The records should be restated exactly from their first line through the line with "Line((22.01726547, -6.008958872), (20.058016894, -3.478870926))" in it.
::: Provided material
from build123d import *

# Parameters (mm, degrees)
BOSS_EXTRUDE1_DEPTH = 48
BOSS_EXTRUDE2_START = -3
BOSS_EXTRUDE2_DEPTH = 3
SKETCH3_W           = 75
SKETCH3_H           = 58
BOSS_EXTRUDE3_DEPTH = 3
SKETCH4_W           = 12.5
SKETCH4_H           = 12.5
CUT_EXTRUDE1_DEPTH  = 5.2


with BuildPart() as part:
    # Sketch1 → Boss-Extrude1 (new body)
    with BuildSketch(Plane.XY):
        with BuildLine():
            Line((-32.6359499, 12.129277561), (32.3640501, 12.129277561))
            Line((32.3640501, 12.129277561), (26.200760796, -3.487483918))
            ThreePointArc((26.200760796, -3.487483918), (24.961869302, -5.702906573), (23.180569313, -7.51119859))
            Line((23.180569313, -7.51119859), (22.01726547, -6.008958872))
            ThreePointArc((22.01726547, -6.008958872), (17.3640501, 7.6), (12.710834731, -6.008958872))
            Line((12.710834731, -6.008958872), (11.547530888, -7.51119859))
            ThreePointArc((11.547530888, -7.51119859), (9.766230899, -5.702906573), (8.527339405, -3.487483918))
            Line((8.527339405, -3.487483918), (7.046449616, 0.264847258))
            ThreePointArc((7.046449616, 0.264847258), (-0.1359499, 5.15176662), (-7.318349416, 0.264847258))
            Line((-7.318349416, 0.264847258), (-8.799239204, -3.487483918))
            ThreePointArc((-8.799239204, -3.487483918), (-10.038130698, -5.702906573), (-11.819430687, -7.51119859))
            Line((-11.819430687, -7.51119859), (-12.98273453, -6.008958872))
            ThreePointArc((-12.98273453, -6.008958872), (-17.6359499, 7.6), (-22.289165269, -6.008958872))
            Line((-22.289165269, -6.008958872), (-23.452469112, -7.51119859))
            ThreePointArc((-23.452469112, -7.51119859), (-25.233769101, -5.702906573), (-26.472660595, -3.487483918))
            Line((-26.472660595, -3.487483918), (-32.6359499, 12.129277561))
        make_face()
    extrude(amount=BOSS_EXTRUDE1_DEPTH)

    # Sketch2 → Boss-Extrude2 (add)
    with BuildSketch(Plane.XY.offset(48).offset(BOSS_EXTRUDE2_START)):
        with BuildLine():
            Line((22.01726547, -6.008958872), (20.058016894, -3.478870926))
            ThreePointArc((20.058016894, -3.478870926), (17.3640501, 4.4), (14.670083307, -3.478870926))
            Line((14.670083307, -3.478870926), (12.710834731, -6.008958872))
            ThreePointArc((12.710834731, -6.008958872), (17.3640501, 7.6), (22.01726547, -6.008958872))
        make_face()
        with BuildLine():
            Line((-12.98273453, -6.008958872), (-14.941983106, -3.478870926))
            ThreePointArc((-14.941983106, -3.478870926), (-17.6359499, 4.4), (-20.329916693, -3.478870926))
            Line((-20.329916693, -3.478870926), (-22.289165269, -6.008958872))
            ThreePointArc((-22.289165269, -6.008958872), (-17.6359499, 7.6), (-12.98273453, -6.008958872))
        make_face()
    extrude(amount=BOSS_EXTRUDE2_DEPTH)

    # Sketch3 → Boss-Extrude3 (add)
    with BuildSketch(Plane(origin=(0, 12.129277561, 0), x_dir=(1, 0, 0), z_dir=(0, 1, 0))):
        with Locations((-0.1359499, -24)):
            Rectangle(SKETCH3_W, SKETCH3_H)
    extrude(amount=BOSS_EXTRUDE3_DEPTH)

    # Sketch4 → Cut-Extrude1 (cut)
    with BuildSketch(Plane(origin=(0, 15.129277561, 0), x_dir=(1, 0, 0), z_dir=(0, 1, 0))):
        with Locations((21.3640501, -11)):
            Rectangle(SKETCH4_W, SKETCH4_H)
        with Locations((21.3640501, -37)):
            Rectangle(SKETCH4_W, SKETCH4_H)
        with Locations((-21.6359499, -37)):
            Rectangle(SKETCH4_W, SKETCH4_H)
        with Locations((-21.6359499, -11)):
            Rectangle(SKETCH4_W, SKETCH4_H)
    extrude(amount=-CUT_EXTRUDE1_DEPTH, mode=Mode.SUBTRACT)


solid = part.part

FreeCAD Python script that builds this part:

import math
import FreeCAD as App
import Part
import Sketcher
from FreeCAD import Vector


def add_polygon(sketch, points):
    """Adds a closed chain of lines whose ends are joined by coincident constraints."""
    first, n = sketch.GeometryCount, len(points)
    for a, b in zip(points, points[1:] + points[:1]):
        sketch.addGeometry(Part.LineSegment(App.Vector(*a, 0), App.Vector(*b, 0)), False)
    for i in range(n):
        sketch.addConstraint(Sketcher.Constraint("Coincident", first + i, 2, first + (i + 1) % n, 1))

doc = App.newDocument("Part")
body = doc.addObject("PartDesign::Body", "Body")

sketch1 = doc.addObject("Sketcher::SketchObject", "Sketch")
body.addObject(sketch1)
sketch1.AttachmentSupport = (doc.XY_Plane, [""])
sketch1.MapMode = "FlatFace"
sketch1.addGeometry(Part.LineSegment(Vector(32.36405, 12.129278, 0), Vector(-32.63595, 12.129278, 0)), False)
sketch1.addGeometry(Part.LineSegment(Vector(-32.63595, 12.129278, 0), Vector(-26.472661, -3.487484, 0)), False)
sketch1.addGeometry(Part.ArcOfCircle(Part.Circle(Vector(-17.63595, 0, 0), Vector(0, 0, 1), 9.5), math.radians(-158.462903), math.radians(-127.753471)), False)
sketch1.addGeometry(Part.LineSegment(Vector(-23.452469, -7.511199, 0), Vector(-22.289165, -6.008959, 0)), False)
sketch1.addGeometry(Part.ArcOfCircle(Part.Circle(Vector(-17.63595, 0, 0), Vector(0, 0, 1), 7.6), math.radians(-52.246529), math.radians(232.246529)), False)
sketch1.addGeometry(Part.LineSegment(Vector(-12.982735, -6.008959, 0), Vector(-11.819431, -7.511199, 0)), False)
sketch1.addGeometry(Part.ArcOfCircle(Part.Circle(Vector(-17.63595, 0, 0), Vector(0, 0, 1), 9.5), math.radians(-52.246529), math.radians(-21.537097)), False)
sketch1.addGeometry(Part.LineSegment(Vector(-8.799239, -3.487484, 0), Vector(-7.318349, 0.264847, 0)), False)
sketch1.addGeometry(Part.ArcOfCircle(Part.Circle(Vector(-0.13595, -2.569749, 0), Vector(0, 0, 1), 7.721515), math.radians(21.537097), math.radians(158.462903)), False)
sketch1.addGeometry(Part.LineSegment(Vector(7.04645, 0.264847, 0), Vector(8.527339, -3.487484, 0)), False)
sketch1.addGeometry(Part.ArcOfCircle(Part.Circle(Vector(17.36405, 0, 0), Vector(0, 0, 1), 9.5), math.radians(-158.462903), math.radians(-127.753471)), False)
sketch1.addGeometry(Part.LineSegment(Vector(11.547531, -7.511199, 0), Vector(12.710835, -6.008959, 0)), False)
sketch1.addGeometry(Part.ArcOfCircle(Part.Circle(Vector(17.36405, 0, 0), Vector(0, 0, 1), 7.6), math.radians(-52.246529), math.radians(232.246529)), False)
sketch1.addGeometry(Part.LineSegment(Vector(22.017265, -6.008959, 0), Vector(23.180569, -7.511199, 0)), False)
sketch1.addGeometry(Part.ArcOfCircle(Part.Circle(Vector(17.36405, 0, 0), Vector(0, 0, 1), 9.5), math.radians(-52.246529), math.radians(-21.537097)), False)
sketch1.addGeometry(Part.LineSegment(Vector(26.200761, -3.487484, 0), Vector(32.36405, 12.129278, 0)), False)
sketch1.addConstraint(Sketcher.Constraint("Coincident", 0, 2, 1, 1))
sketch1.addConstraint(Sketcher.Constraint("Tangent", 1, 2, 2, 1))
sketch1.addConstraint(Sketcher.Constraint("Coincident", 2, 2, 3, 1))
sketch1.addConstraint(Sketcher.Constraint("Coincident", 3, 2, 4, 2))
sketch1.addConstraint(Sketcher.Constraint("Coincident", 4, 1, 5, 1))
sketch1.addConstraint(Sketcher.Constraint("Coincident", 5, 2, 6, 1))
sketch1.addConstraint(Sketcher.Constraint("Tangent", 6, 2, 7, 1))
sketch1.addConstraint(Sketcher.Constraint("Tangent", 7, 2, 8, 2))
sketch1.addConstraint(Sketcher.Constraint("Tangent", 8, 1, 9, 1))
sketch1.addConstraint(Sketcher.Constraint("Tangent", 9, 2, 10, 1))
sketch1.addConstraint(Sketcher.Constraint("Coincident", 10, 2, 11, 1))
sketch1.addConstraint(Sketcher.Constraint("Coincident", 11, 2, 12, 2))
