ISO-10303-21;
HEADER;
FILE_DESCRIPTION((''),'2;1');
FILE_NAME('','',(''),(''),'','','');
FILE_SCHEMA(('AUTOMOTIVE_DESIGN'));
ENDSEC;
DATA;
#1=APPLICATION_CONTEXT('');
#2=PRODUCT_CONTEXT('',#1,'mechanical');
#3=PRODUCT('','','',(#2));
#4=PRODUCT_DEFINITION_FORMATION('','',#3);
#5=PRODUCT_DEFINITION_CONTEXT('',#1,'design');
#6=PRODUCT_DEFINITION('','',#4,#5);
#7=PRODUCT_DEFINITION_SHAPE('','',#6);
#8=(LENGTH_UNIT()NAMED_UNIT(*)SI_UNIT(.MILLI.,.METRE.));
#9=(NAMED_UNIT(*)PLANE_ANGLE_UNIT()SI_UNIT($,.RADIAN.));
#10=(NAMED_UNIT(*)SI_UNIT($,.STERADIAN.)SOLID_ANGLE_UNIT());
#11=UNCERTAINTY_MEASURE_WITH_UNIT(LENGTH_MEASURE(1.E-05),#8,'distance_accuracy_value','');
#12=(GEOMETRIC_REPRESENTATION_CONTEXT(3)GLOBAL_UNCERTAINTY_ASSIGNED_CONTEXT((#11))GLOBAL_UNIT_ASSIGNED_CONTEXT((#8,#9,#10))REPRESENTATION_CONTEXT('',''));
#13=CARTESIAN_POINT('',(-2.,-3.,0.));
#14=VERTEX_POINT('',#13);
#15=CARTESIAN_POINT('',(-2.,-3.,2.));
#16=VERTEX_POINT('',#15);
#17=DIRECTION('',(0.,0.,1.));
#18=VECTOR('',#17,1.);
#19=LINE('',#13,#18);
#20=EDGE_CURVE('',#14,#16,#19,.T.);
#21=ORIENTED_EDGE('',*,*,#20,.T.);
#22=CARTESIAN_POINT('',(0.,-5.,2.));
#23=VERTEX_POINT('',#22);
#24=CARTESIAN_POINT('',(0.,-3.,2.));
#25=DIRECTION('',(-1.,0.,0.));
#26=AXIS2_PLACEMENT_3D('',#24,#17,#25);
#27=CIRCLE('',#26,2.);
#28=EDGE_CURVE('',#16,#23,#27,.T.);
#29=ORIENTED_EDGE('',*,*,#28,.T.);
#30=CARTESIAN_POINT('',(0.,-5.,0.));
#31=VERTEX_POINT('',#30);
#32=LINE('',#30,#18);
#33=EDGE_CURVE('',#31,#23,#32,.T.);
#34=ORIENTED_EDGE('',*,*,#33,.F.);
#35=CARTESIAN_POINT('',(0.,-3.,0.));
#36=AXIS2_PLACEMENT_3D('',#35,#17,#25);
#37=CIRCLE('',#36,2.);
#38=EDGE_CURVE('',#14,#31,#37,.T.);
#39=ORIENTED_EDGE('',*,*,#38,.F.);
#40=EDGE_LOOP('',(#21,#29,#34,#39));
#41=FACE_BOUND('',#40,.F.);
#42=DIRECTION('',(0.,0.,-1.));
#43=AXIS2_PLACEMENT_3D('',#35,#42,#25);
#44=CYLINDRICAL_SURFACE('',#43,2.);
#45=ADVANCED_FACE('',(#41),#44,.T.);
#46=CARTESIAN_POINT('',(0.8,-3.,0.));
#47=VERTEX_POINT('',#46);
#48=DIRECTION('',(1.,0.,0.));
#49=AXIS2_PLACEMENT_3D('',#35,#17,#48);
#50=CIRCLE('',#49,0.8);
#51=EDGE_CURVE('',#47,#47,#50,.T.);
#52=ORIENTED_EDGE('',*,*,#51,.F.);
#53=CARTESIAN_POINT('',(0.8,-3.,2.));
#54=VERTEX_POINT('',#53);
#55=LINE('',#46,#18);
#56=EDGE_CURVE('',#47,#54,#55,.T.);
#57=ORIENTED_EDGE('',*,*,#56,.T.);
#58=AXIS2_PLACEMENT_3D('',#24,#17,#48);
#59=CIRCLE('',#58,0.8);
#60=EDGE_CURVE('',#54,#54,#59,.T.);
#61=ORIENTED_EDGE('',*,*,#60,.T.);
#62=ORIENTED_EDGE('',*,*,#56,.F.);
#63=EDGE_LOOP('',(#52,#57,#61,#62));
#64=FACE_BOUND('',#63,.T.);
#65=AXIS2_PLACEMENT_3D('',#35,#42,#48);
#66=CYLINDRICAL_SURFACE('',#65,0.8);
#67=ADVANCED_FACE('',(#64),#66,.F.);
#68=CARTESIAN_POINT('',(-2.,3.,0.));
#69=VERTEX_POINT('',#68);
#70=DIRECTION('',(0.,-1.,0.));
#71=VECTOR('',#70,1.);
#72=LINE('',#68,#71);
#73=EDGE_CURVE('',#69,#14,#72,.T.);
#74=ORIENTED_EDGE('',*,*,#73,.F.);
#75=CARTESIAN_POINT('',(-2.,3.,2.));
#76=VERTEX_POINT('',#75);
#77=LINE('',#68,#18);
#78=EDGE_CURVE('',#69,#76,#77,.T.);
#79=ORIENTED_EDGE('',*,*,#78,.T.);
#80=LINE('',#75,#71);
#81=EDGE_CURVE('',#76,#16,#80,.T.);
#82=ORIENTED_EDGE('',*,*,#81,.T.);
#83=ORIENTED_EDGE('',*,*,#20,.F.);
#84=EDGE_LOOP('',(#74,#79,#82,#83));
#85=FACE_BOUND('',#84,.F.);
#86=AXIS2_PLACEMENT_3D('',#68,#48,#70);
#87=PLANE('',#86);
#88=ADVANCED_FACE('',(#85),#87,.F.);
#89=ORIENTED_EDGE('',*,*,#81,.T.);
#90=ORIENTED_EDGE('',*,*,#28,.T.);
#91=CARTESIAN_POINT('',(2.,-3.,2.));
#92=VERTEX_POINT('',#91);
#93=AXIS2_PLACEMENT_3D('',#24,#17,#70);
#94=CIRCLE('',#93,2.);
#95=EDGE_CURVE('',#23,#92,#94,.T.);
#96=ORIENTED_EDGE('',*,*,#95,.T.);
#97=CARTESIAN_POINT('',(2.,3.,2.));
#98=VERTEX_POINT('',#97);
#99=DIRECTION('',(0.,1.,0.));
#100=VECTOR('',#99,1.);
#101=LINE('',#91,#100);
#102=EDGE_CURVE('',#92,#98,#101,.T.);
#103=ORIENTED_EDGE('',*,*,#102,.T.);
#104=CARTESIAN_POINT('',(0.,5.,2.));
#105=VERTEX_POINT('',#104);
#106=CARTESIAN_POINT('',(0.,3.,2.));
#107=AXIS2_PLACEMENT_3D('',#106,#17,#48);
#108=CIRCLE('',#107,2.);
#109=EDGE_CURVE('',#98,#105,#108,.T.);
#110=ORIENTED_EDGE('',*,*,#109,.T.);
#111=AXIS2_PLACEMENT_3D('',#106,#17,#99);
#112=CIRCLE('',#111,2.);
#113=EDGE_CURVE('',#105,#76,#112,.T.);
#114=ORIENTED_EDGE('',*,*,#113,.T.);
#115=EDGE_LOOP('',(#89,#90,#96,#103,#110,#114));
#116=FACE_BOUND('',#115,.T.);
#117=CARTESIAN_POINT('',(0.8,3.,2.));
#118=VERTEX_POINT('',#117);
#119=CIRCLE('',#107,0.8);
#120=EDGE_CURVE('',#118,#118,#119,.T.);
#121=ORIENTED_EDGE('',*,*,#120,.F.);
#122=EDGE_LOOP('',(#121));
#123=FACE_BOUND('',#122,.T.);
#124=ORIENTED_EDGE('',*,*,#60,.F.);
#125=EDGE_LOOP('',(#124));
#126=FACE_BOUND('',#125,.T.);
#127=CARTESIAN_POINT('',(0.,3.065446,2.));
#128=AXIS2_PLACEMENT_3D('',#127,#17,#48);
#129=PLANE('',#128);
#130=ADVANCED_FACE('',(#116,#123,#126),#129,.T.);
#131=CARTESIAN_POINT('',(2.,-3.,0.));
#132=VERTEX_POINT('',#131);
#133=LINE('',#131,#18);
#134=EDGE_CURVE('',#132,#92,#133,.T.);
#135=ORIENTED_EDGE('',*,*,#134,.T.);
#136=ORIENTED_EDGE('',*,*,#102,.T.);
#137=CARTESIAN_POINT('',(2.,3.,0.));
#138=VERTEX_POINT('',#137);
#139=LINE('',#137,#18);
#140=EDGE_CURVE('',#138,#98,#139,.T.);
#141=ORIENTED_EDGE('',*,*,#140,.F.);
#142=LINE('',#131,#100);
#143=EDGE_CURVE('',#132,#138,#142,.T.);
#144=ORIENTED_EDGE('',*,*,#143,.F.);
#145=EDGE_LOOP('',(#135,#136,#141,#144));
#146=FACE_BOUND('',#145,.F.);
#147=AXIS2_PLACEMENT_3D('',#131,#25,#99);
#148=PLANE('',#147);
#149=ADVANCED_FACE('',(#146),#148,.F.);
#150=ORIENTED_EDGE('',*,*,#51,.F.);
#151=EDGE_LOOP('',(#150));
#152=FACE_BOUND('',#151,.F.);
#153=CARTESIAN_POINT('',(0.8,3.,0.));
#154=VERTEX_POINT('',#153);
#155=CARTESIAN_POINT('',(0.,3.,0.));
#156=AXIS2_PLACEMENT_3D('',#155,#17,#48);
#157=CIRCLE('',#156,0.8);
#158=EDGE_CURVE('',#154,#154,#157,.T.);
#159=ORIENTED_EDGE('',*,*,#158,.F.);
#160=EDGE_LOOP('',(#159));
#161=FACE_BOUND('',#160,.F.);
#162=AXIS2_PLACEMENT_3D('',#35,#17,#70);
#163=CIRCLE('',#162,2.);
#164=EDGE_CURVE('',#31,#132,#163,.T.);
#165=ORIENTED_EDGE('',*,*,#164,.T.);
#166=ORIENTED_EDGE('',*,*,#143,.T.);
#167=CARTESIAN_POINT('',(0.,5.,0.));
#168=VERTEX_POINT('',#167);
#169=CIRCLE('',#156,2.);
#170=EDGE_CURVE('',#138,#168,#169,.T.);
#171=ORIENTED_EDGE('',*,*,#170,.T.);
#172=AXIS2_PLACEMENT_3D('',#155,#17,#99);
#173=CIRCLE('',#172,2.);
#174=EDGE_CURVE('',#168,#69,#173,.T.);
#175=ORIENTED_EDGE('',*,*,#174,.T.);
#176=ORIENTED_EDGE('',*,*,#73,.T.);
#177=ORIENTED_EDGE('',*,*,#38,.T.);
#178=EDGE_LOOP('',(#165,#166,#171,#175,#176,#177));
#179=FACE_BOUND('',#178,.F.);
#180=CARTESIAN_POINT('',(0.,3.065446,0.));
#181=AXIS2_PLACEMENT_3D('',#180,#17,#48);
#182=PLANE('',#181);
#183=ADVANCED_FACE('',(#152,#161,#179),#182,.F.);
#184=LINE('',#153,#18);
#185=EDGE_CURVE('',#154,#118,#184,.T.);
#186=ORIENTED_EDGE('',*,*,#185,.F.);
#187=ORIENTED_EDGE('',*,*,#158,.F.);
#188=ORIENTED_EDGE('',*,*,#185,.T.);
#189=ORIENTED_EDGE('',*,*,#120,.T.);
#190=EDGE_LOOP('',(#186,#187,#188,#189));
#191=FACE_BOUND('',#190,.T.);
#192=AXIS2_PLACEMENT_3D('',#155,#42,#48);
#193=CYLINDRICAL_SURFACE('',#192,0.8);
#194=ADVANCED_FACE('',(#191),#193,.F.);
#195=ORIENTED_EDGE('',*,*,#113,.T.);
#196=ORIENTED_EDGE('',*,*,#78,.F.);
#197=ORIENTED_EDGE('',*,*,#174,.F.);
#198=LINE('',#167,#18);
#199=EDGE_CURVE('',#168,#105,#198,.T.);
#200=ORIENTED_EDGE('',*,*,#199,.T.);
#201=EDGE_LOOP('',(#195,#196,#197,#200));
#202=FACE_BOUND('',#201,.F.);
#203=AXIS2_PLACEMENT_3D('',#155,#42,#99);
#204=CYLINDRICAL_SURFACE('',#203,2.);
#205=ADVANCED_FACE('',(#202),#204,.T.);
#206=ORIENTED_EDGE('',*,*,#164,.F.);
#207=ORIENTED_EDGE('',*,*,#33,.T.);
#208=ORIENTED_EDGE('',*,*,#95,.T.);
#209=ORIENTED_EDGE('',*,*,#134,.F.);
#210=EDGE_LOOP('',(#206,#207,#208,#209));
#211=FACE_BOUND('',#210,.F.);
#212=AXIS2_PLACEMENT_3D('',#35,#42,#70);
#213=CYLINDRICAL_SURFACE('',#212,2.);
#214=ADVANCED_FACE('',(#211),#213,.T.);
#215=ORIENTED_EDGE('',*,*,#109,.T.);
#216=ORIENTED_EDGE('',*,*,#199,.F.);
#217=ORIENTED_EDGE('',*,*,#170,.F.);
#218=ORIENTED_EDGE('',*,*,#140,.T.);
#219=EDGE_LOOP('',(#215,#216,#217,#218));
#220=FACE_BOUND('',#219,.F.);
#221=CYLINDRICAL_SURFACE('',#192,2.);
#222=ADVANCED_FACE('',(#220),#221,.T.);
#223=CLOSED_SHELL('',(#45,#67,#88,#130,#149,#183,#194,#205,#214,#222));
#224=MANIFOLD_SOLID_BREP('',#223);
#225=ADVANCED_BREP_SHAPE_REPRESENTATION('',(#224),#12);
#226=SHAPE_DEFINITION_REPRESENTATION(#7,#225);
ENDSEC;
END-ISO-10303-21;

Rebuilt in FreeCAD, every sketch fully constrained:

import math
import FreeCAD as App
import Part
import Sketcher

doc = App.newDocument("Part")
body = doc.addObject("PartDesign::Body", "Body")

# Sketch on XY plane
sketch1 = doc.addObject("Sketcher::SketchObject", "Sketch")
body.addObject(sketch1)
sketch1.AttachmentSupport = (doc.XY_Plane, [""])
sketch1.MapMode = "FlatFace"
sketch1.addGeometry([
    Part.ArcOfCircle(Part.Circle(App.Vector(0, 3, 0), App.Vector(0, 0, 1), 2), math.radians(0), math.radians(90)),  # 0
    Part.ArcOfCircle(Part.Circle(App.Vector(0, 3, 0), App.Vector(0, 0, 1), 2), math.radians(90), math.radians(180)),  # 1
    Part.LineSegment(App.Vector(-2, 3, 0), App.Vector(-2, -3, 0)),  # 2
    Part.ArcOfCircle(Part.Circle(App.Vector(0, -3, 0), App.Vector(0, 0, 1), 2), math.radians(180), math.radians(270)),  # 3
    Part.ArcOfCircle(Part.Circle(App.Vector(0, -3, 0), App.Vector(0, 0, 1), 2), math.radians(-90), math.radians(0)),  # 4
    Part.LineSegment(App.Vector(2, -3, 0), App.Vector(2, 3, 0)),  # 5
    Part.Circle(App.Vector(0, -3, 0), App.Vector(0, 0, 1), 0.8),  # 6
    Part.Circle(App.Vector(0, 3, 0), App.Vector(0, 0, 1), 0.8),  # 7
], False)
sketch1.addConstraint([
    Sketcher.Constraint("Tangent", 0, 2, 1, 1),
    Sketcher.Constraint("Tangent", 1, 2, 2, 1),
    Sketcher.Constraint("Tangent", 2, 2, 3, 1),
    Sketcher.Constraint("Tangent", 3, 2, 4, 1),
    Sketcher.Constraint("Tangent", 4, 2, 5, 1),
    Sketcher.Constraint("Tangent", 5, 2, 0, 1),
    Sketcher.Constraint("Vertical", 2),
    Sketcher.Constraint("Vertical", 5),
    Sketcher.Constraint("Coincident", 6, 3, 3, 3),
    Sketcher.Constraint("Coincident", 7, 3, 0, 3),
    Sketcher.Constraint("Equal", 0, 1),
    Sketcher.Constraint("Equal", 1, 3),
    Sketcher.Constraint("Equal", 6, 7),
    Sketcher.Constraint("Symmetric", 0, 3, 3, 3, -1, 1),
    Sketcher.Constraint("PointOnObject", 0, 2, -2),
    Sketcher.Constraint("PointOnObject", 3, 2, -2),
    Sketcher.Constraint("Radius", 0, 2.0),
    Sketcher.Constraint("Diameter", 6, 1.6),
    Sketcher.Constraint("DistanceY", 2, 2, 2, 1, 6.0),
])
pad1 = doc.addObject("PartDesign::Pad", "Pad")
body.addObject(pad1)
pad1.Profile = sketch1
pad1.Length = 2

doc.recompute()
::::::
_The completed task_:
from build123d import *

# Parameters (mm, degrees)
BOSS_EXTRUDE1_DEPTH = 48
BOSS_EXTRUDE2_START = -3
BOSS_EXTRUDE2_DEPTH = 3
SKETCH3_W           = 75
SKETCH3_H           = 58
BOSS_EXTRUDE3_DEPTH = 3
SKETCH4_W           = 12.5
SKETCH4_H           = 12.5
CUT_EXTRUDE1_DEPTH  = 5.2


with BuildPart() as part:
    # Sketch1 → Boss-Extrude1 (new body)
    with BuildSketch(Plane.XY):
        with BuildLine():
            Line((-32.6359499, 12.129277561), (32.3640501, 12.129277561))
            Line((32.3640501, 12.129277561), (26.200760796, -3.487483918))
            ThreePointArc((26.200760796, -3.487483918), (24.961869302, -5.702906573), (23.180569313, -7.51119859))
            Line((23.180569313, -7.51119859), (22.01726547, -6.008958872))
            ThreePointArc((22.01726547, -6.008958872), (17.3640501, 7.6), (12.710834731, -6.008958872))
            Line((12.710834731, -6.008958872), (11.547530888, -7.51119859))
            ThreePointArc((11.547530888, -7.51119859), (9.766230899, -5.702906573), (8.527339405, -3.487483918))
            Line((8.527339405, -3.487483918), (7.046449616, 0.264847258))
            ThreePointArc((7.046449616, 0.264847258), (-0.1359499, 5.15176662), (-7.318349416, 0.264847258))
            Line((-7.318349416, 0.264847258), (-8.799239204, -3.487483918))
            ThreePointArc((-8.799239204, -3.487483918), (-10.038130698, -5.702906573), (-11.819430687, -7.51119859))
            Line((-11.819430687, -7.51119859), (-12.98273453, -6.008958872))
            ThreePointArc((-12.98273453, -6.008958872), (-17.6359499, 7.6), (-22.289165269, -6.008958872))
            Line((-22.289165269, -6.008958872), (-23.452469112, -7.51119859))
            ThreePointArc((-23.452469112, -7.51119859), (-25.233769101, -5.702906573), (-26.472660595, -3.487483918))
            Line((-26.472660595, -3.487483918), (-32.6359499, 12.129277561))
        make_face()
    extrude(amount=BOSS_EXTRUDE1_DEPTH)

    # Sketch2 → Boss-Extrude2 (add)
    with BuildSketch(Plane.XY.offset(48).offset(BOSS_EXTRUDE2_START)):
        with BuildLine():
            Line((22.01726547, -6.008958872), (20.058016894, -3.478870926))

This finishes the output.